__Directions__
Among the entries below, extract exactly the lines that run from the one with "#125=EDGE_LOOP('',(#119,#120,#123,#124));" through the one with "#131=ADVANCED_FACE('',(#126),#130,.F.);", both ends included.

#### Data for analysis

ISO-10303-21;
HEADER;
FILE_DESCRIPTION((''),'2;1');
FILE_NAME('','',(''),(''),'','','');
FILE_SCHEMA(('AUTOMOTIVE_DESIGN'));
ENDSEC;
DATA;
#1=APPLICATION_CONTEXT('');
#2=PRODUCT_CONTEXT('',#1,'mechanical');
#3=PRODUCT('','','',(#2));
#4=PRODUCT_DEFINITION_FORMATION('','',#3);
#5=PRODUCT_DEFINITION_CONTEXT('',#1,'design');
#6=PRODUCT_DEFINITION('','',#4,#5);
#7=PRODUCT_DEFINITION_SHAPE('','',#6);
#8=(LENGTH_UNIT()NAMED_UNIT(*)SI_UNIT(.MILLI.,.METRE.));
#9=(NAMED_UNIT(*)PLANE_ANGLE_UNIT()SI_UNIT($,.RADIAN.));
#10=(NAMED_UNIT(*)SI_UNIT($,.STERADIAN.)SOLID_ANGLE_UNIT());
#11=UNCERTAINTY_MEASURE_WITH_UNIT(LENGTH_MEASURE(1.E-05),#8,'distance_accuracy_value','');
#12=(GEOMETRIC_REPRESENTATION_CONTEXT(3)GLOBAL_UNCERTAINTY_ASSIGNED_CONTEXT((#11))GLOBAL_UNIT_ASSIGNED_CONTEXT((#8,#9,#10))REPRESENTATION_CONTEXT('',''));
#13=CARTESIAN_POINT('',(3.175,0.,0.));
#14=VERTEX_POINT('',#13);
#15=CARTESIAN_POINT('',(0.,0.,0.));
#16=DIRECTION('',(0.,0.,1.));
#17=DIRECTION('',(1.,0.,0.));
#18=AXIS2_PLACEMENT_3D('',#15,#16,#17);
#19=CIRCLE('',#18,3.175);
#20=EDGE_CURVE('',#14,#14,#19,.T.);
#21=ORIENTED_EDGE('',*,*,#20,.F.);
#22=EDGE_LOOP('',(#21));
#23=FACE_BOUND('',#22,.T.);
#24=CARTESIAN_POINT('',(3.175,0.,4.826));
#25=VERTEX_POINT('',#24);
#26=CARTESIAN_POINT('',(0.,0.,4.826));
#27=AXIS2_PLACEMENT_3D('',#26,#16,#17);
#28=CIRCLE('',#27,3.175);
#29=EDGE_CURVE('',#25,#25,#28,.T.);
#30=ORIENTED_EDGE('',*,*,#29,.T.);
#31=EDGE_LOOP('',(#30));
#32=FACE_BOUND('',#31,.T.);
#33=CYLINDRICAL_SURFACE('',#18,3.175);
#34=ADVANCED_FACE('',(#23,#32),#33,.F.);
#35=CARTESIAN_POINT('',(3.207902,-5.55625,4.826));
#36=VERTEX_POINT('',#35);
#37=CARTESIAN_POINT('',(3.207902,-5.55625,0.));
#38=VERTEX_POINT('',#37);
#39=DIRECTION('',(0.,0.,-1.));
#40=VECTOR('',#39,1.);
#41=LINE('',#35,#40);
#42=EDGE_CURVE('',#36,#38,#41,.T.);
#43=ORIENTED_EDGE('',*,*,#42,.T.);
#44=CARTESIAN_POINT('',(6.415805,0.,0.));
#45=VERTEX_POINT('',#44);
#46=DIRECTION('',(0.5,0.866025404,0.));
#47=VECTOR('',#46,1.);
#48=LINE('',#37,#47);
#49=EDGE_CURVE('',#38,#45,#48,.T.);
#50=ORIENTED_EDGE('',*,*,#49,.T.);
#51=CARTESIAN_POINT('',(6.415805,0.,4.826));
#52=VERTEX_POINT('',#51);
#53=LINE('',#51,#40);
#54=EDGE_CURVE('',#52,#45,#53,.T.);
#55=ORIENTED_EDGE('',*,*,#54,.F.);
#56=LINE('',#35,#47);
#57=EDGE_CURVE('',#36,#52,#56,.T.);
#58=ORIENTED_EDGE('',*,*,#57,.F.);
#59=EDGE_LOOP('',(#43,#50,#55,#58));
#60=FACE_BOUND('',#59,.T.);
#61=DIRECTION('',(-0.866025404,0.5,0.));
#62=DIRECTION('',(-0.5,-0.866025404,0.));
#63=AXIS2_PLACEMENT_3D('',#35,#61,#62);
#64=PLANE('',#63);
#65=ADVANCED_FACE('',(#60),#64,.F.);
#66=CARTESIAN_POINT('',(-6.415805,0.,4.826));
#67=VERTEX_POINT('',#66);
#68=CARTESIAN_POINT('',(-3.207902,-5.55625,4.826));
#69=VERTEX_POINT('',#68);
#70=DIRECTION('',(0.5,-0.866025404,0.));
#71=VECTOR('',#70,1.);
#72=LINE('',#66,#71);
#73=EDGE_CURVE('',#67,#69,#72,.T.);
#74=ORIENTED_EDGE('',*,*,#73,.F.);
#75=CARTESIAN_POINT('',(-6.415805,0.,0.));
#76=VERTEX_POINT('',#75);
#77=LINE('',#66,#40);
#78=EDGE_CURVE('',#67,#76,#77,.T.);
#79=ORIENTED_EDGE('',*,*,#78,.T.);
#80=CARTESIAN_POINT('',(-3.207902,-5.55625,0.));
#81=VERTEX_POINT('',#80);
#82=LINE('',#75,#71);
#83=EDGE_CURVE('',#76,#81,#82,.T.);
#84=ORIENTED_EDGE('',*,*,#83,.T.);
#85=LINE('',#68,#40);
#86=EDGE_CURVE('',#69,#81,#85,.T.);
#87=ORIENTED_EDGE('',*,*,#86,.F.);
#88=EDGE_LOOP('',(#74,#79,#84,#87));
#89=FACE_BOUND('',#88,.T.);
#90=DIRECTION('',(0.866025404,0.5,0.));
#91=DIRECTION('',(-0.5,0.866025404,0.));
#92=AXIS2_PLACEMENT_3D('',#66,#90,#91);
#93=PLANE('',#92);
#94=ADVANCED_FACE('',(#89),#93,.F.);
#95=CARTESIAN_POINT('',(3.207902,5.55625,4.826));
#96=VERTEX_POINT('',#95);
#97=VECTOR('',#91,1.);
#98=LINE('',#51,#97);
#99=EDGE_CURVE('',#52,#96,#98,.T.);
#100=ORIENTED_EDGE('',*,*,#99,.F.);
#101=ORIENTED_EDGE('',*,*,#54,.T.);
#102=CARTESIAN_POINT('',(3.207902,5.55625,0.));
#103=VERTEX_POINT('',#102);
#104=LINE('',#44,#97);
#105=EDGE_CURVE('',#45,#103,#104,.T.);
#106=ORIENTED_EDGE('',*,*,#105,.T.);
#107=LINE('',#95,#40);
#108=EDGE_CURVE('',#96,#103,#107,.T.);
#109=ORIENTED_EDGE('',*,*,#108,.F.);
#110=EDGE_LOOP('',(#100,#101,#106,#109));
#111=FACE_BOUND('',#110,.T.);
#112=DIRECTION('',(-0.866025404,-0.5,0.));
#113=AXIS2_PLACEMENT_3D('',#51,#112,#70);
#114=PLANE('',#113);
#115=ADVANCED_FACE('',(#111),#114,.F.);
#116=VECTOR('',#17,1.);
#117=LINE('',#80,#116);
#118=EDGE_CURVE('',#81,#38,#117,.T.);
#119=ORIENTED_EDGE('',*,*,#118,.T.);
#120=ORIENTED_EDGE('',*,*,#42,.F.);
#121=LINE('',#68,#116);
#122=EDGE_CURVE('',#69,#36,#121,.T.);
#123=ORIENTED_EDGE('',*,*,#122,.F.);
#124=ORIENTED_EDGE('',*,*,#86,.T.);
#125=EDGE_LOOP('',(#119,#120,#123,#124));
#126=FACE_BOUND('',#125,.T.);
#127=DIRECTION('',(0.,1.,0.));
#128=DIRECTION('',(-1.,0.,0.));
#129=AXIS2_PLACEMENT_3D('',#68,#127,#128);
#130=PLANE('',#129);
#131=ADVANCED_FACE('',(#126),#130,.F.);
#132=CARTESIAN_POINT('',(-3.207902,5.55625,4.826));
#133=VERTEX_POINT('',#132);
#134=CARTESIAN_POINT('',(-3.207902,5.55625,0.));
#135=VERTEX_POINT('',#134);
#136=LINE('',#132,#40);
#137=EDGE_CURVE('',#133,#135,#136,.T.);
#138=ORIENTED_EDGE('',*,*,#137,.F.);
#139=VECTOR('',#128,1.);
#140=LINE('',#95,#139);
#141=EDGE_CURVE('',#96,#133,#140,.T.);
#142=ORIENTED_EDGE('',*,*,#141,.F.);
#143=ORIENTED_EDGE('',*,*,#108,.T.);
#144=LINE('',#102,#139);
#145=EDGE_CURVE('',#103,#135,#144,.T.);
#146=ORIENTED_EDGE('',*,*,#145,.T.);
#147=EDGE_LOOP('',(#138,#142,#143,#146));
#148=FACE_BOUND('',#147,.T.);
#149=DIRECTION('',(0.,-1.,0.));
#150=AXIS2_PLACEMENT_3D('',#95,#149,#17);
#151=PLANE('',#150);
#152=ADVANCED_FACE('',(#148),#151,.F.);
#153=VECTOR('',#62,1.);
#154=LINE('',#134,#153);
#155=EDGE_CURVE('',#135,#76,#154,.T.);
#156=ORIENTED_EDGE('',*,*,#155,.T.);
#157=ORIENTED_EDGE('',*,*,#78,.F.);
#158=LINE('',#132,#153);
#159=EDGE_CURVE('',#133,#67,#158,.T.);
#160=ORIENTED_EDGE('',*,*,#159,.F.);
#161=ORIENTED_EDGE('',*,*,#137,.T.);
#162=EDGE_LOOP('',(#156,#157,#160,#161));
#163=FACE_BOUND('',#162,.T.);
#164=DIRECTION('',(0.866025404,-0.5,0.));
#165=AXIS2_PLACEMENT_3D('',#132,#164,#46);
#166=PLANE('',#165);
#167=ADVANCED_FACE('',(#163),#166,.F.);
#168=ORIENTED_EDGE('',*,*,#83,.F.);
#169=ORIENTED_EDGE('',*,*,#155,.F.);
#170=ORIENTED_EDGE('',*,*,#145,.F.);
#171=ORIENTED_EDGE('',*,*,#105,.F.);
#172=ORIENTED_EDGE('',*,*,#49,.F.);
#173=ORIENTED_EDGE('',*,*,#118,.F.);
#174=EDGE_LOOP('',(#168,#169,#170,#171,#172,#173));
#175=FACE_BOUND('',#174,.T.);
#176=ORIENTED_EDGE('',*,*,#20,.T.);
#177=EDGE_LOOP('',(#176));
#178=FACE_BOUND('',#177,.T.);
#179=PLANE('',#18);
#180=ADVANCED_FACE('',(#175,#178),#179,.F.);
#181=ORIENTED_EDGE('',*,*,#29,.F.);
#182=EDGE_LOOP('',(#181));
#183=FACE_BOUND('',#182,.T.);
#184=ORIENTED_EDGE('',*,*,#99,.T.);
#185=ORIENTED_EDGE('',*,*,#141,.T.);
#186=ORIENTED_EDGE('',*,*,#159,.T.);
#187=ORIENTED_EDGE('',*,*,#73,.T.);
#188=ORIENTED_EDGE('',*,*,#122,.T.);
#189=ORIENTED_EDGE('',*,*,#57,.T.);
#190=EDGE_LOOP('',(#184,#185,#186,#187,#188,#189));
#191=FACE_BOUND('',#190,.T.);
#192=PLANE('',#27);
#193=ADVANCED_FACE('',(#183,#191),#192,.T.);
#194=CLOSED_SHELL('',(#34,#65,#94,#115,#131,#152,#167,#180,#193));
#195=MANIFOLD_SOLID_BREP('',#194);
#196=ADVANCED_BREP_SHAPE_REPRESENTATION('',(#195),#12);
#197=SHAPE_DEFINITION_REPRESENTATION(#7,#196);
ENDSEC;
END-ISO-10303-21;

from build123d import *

# Parameters (mm, degrees)
BOSS_EXTRUDE1_DEPTH = 4.826
SKETCH2_R           = 3.175
CUT_EXTRUDE1_DEPTH  = 10.763439053


with BuildPart() as part:
    # Sketch1 → Boss-Extrude1 (new body)
    with BuildSketch(Plane.XY):
        Polygon((-6.415804866, 0), (-3.207902433, -5.55625), (3.207902433, -5.55625), (6.415804866, 0), (3.207902433, 5.55625), (-3.207902433, 5.55625), align=None)
    extrude(amount=BOSS_EXTRUDE1_DEPTH)

    # Sketch2 → Cut-Extrude1 (cut, through all)
    with BuildSketch(Plane.XY.offset(4.826)):
        Circle(SKETCH2_R)
    extrude(amount=-CUT_EXTRUDE1_DEPTH, mode=Mode.SUBTRACT)


solid = part.part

########

__Expected answer__
#125=EDGE_LOOP('',(#119,#120,#123,#124));
#126=FACE_BOUND('',#125,.T.);
#127=DIRECTION('',(0.,1.,0.));
#128=DIRECTION('',(-1.,0.,0.));
#129=AXIS2_PLACEMENT_3D('',#68,#127,#128);
#130=PLANE('',#129);
#131=ADVANCED_FACE('',(#126),#130,.F.);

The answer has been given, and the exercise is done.